Но этих откровений было мало Искуи. Она еще настойчивей допытывалась правды. Габриэл дарил ее только нежным приятием ее служения, не больше. Искуи допытывалась далее. Но будь все иначе, не справься Жюльетта с болезнью — чего в глубине души сотни раз страстно желала Искуи — что тогда? И поняла: нет! Габриэл тогда любил бы Искуи еще меньше, чем теперь... Ах, до чего же тонко чувствует все это больная, даже самое сокровенное! Нет, Искуи больше не пойдет в палатку Жюльетты, никогда, никогда больше не увидит ее!

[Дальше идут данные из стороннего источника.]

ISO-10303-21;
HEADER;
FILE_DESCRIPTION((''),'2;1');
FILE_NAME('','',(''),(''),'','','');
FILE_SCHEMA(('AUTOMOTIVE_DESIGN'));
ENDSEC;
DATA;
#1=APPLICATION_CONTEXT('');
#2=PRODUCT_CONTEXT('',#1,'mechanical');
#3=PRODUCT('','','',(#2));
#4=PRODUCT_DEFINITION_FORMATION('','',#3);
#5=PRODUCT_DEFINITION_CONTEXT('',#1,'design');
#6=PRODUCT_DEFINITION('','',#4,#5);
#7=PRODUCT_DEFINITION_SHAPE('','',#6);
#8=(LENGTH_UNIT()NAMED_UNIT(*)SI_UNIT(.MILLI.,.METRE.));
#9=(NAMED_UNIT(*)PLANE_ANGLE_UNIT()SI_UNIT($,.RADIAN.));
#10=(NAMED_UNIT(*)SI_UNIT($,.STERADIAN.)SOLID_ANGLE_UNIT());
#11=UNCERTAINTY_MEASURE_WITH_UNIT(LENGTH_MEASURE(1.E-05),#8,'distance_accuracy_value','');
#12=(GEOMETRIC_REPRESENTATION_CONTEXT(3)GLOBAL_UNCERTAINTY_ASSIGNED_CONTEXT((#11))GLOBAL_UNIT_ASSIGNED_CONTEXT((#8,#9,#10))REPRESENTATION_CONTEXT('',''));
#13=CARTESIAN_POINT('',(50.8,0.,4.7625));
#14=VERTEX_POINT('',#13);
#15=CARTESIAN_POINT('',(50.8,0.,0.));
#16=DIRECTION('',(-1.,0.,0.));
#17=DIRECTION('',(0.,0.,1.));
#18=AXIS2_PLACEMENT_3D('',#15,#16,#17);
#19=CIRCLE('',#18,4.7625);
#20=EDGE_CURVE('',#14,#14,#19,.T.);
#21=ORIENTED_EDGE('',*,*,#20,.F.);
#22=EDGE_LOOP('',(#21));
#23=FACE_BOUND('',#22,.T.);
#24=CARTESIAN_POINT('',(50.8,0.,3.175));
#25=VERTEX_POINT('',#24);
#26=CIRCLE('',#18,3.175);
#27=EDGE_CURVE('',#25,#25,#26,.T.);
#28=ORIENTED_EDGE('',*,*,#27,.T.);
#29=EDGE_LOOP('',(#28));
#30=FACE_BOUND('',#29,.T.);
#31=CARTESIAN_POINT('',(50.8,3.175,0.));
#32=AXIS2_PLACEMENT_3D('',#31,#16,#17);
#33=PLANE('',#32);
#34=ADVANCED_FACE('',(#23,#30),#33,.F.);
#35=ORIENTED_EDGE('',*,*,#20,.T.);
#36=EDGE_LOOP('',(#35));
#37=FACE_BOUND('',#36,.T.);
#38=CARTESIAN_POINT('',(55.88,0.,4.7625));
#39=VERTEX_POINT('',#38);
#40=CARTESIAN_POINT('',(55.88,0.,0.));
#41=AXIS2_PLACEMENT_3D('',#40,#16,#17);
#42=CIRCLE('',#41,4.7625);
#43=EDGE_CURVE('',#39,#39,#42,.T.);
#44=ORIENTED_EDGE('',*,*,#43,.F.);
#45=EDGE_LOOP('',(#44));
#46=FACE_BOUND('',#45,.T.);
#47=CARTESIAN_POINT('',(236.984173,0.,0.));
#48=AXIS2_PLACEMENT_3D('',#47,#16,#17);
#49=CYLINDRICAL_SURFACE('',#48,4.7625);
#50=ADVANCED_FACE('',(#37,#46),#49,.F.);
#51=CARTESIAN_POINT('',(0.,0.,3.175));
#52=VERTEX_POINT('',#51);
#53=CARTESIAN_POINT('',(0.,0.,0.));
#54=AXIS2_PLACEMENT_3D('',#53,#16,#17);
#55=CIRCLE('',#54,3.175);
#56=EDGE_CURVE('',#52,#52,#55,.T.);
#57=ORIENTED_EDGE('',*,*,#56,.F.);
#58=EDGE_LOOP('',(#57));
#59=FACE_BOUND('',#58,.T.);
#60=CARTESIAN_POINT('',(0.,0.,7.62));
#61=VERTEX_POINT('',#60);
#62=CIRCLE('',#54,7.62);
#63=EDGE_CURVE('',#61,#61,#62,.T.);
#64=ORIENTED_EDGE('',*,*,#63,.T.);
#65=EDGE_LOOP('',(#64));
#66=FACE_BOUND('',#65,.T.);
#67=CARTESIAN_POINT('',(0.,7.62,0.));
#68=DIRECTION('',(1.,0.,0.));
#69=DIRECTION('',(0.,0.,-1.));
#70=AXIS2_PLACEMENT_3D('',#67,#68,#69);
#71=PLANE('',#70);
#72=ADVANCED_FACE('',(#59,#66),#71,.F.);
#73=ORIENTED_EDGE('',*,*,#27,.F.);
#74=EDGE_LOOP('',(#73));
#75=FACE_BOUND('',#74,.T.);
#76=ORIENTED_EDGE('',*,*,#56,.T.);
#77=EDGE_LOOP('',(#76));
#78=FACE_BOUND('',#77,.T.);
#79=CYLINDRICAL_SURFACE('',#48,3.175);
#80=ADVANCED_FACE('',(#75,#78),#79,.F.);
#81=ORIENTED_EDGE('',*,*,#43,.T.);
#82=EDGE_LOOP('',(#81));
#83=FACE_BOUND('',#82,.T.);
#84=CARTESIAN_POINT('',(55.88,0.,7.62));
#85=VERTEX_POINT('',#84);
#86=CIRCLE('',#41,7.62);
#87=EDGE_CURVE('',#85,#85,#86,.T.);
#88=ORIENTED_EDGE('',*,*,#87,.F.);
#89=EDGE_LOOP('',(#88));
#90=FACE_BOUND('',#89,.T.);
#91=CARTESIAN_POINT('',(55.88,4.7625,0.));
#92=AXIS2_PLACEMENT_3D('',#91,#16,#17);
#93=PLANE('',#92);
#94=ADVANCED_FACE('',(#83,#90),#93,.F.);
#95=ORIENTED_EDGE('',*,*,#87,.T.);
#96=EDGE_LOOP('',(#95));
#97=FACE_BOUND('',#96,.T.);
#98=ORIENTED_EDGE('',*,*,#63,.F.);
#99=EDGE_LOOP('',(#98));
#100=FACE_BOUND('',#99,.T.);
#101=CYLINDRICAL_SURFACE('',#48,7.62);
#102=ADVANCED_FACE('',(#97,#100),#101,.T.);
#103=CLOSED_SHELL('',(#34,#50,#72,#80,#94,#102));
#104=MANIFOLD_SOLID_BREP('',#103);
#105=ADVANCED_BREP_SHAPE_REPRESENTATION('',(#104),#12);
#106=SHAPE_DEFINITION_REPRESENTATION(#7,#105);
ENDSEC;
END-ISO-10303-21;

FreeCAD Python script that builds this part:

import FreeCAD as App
import Part
import Sketcher
from FreeCAD import Vector
Q = App.Units.Quantity

doc = App.newDocument("Part")
body = doc.addObject("PartDesign::Body", "Body")

sketch1 = body.newObject("Sketcher::SketchObject", "Sketch")
sketch1.AttachmentSupport = (doc.getObject("XY_Plane"), [""])
sketch1.MapMode = "FlatFace"
sketch1.addGeometry([
    Part.LineSegment(Vector(0, 3.2, 0), Vector(50.8, 3.2, 0)),
    Part.LineSegment(Vector(50.8, 3.2, 0), Vector(50.8, 4.8, 0)),
    Part.LineSegment(Vector(50.8, 4.8, 0), Vector(55.9, 4.8, 0)),
    Part.LineSegment(Vector(55.9, 4.8, 0), Vector(55.9, 7.6, 0)),
    Part.LineSegment(Vector(55.9, 7.6, 0), Vector(0, 7.6, 0)),
    Part.LineSegment(Vector(0, 7.6, 0), Vector(0, 3.2, 0)),
], False)
sketch1.addConstraint([
    Sketcher.Constraint("Coincident", 0, 2, 1, 1),
    Sketcher.Constraint("Coincident", 1, 2, 2, 1),
    Sketcher.Constraint("Coincident", 2, 2, 3, 1),
    Sketcher.Constraint("Coincident", 3, 2, 4, 1),
    Sketcher.Constraint("Coincident", 4, 2, 5, 1),
    Sketcher.Constraint("Coincident", 5, 2, 0, 1),
    Sketcher.Constraint("Horizontal", 0),
    Sketcher.Constraint("Vertical", 1),
    Sketcher.Constraint("Horizontal", 2),
    Sketcher.Constraint("Vertical", 3),
    Sketcher.Constraint("Horizontal", 4),
    Sketcher.Constraint("Vertical", 5),
    Sketcher.Constraint("PointOnObject", 4, 2, -2),
    Sketcher.Constraint("DistanceX", 0, 1, 0, 2, Q("2 in")),
    Sketcher.Constraint("DistanceX", 2, 1, 2, 2, Q("0.2 in")),
    Sketcher.Constraint("DistanceY", -1, 1, 3, 2, Q("0.3 in")),
    Sketcher.Constraint("DistanceY", 1, 1, 1, 2, Q("0.0625 in")),
    Sketcher.Constraint("DistanceY", 5, 2, 5, 1, Q("0.175 in")),
])
revolution = body.newObject("PartDesign::Revolution", "Revolution")
revolution.Profile = sketch1
revolution.ReferenceAxis = (sketch1, ["H_Axis"])
revolution.Angle = 360

doc.recompute()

И все же вина не на Жюльетте, а только на ней, Искуи. Но почему, почему же она недостойна любви? Потому что не европейка, всего лишь дочь простого армянского плотника, деревенская девочка из Йогонолука. Но разве это может быть главной причиной? Габриэл сам разве европеец? Разве он не из той же армянской деревни? Вся разница в том, что она провела только два года в Лозанне, а он — двадцать три года в Париже. Нет, не могло это быть главной причиной. Он же называл ее красивой. Но постой-ка! В этом все и кроется! Почему он иногда так странно, как будто издалека, смотрит на нее? Что-то в ней мешает ему, делает его холодным...
Преодолев слабость, Искуи подошла к маленькому зеркальцу, стоявшему на столике. Но ей незачем было смотреться в зеркало, она и так все поняла. Калека! Родилась здоровой, а превратили в калеку! За полгода после высылки из Зейтуна левая рука совсем высохла. Снимешь повязку — рука висит, словно плеть. И как Искуи ни скрывала свой изъян, Габриэл не мог не замечать его. Это она хорошо знала. Как-то он чуть коснулся губами ее больной руки, но Искуи казалось, что и сейчас чувствует, сколько было жалости в этом поцелуе, сколько самоотвержения!
Искуи снова упала на кровать. Гул в ушах нарастал и теперь поглотил все. Искуи пыталась оправдать отсутствие Габриэла: должно быть, голод на позициях перевернул все вверх дном. Габриэлу надо вновь организовать всю оборону. Даже здесь слышно, как там стреляют.
Но все эти разумные доводы никак не влияли на нее. Из глубины гула в ушах поднялся такой чужой ее собственный голос. Она вспомнила Chanson d’amour, который она однажды пела по просьбе Жюльетты там, внизу, на вилле Багратянов. Стефан был тогда в Жюльеттиной комнате, потом зашел и Габриэл. Первые строки той старинной народной песни никак не выходят из головы — с ума можно сойти...
Вышла она из сада,
Прижимая к своей груди
Два крупных алых граната,
Два спелых сочных плода.
Не взял я этих плодов...
На том песня оборвалась. И сразу же повторился тот ужас, которого давно уже не было! Этот образ, преследовавший ее по дороге в Мараш: бегущие калейдоскопом рожи заросшего щетиной убийцы! И вдруг страшная личина замерла, будто двигавший ее аппарат испортился. Потом кошмарный образ непонятно как стал лицом Габриэла, гораздо более враждебным и злодейским, чем черты злодея.